I think this will remain as a challenge and we need to constantly figure out a way to proactively deal with it. Connecting with great people every time and silently nurturing those relationships, interests, passion and role vs. previous track record match is the only way to go. This is a job for every leader in the company. 
SandHill.com: If you could go back and do it all over again, from the time you first began your position with your company, what would you do differently the second time around? 
Rahul Chaudhari: Investment into marketing right from day one. Research for the target market, or a research around customer challenges or data around competitive positioning, or leveraging the right channels to position Qualitia to target customers — it’s all about marketing. I must say that it is “the” pivot for business. I wish I could really have one chance to go back and fix it. 
SandHill.com: Is there a story behind your company name? 
Rahul Chaudhari: We wanted to name it based on the value that product will deliver. We had many long discussions to name the company as well as our product. We always wanted a unique and meaningful name that would reflect the very existence of the company and everybody in the ecosystem should be able to relate to it. Someone suggested “Quality + Acceleration = QUALITIA,” and we really liked it. Later on we realized that there is no such word in the dictionary, but innovation does not always have a past existence; so we locked it in. 
SandHill.com: What do the next 12 months hold for your company? 
Rahul Chaudhari: There are three key items on our agenda, which are critical for us. The first is market penetration in the U.S. and UK markets. Reaching out to hundreds of customers through various channels and helping them understand Qualitia and its value proposition is the top item on our agenda. We will be driving a few enterprise deals. Partner ecosystems development is also one of the key aspects of market penetration for us. 
Our second priority over the next 12 months is a new product release. As a road map to drive value up in the value chain we are coming up with Qualitia’s design studio. It’s too early to talk about it in this conversation but I can share one thing for sure: the design studio will empower businesses to convict test coverage of applications under test. It will have deeper analytics, which will help various stakeholders to set the right priorities to improve the quality index of applications in record time. User experience is a continuous work. But we have lots of data and input from our customers to take user experience to the next level. 
Third in priorities, we plan to invest in people. We want to attract the right talent in leadership roles on the forefront who understand this business and can translate existing and upcoming customer challenges into our product road map. We look forward to bringing in this team and conversations with customers to deliver an experience and value that will drive measurable results to our customers globally. 

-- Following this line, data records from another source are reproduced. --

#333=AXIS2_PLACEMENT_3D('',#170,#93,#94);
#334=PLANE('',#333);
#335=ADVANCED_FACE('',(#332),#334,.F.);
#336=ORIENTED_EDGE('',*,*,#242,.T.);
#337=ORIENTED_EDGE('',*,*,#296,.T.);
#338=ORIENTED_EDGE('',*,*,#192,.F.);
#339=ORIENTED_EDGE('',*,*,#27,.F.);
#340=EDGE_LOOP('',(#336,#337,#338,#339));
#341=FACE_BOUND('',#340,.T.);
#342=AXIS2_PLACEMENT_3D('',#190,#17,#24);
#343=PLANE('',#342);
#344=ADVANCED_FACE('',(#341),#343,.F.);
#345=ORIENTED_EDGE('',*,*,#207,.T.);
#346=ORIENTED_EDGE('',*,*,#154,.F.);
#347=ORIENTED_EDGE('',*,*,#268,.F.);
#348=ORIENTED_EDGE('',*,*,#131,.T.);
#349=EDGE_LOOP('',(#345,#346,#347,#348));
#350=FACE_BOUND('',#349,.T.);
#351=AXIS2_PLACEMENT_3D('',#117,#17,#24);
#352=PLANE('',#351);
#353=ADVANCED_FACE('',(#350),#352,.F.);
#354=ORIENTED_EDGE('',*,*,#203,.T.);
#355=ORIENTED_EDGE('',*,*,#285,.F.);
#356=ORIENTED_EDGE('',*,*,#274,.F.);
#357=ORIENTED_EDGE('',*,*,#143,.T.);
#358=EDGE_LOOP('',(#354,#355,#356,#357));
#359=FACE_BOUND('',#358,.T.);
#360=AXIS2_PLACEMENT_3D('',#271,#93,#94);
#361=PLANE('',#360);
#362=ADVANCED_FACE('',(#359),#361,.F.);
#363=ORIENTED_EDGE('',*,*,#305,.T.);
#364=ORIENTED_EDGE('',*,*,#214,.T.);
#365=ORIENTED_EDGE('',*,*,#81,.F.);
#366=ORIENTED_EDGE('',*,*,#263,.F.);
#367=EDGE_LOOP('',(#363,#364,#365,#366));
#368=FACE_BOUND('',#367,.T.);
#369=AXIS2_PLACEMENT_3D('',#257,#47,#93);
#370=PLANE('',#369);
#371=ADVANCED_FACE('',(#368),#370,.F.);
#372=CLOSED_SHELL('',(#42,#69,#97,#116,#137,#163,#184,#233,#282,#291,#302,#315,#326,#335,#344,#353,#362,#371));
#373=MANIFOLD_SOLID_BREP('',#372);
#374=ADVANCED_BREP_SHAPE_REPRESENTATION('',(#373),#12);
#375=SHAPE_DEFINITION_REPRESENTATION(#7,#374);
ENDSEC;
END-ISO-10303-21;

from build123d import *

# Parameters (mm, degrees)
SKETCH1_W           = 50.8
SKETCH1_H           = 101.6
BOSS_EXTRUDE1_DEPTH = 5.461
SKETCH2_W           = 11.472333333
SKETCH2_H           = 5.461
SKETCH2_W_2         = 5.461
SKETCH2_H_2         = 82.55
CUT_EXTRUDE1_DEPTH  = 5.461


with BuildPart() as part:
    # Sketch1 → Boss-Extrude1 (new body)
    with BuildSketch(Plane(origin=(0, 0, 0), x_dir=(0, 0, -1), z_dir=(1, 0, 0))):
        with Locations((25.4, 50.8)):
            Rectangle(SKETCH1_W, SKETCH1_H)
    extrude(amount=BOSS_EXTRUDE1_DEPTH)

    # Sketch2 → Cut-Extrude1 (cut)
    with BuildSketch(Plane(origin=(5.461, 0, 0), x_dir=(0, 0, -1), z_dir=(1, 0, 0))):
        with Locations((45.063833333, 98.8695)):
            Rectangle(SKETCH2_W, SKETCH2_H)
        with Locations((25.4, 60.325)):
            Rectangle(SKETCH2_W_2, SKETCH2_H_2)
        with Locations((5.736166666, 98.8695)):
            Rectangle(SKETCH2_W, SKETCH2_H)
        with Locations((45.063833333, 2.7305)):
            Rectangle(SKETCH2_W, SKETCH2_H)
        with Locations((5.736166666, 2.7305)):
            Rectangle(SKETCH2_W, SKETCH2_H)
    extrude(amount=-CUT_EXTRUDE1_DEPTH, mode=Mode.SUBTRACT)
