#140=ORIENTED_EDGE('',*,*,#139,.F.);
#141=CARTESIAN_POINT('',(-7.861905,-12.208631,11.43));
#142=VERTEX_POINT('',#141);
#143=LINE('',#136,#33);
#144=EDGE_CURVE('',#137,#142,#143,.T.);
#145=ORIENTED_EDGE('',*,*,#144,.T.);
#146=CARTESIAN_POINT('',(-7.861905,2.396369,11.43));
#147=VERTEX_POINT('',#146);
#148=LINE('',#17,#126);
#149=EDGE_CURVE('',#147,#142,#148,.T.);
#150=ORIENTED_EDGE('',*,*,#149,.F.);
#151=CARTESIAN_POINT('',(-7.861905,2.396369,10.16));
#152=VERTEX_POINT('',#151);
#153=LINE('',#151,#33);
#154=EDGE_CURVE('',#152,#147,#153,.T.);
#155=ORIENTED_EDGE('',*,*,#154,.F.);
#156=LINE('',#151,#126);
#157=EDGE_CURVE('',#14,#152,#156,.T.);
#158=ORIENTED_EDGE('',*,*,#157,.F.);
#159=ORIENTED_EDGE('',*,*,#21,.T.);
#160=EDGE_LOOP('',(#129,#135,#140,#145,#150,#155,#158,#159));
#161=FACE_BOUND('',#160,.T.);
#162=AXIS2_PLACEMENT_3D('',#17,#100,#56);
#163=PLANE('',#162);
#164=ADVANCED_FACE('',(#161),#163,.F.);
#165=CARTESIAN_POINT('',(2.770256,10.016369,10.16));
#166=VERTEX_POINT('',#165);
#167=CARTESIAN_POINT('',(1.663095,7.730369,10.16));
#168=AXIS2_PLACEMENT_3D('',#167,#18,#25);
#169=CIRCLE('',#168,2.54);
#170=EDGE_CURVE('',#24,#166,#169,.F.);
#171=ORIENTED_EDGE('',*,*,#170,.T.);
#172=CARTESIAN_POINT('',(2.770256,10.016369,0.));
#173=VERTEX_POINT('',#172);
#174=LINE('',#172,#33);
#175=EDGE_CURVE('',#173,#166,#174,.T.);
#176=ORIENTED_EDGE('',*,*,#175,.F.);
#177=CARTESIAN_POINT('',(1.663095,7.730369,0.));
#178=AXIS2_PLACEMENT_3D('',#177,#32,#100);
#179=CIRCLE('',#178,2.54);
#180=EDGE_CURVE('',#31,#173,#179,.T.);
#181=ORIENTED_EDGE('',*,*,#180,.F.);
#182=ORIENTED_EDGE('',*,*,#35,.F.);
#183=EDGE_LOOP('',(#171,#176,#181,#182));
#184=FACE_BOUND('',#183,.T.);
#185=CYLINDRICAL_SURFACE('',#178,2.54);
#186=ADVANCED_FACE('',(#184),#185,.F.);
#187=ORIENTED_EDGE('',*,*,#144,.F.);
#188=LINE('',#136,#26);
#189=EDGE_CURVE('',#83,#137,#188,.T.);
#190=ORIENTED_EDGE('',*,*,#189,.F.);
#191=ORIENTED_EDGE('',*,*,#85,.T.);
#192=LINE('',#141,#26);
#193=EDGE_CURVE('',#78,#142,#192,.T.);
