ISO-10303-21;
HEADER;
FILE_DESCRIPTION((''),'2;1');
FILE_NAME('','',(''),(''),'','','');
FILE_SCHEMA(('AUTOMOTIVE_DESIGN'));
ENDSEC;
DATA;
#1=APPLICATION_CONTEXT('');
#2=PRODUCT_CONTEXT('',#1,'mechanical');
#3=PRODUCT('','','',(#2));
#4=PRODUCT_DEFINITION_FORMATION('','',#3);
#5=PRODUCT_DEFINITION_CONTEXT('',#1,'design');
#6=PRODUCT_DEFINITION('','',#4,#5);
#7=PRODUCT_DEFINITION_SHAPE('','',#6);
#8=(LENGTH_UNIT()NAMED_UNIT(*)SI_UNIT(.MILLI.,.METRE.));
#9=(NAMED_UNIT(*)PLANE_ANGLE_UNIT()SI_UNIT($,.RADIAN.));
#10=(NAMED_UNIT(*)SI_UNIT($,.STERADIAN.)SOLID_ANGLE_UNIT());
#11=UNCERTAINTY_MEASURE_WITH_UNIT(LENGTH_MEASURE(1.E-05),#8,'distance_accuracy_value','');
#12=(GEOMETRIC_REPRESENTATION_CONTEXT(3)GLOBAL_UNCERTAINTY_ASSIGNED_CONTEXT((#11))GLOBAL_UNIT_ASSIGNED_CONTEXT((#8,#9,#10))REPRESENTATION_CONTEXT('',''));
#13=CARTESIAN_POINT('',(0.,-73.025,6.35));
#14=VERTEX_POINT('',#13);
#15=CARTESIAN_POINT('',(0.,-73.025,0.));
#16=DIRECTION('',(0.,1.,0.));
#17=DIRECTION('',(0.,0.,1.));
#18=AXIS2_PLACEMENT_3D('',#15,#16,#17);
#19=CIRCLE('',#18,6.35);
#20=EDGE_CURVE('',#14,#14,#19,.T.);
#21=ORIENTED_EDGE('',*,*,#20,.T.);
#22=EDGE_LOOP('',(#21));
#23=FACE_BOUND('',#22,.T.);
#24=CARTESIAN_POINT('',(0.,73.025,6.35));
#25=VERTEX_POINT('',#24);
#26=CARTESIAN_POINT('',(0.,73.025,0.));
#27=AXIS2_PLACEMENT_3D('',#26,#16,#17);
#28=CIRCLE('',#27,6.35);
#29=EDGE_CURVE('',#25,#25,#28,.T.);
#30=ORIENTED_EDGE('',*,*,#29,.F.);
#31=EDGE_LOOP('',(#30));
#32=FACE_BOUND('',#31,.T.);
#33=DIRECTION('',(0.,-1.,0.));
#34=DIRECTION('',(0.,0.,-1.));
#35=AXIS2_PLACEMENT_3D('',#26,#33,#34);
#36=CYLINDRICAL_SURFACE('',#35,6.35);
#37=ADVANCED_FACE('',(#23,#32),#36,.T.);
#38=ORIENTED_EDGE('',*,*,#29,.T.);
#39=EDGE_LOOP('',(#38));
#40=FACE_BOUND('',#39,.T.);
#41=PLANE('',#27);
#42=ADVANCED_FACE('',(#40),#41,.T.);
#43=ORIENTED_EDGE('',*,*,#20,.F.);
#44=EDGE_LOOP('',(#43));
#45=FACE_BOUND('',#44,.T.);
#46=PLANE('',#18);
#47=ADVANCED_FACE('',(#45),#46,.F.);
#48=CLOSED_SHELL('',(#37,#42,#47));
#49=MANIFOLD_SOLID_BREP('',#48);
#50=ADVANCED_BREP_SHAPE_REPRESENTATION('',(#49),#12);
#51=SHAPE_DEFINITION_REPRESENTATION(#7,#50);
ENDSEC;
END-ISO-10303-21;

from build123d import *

# Parameters (mm, degrees)
SKETCH1_R           = 6.35
BOSS_EXTRUDE1_DEPTH = 73.025


with BuildPart() as part:
    # Sketch1 → Boss-Extrude1 (new, symmetric)
    with BuildSketch(Plane(origin=(0, 0, 0), x_dir=(1, 0, 0), z_dir=(0, 1, 0))):
        with Locations(Location((0, 0, 0), (0, 0, 270))):
            Circle(SKETCH1_R)
    extrude(amount=BOSS_EXTRUDE1_DEPTH, both=True)


solid = part.part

Rahul Chaudhari is managing director and CEO of Qualitia. Passionate and fiercely assertive in his approach, he focuses on Qualitia’s vision and value creation. He also identifies and develops strategic partnerships and alliances through actionable directives to the management team members. In addition, he builds and maintains great relationship with customers with their deep involvement for every new feature, functionality so that they can create an edge for themselves. Gartner recognized Qualitia as a Global Cool Vendor in 2013 for Application Development.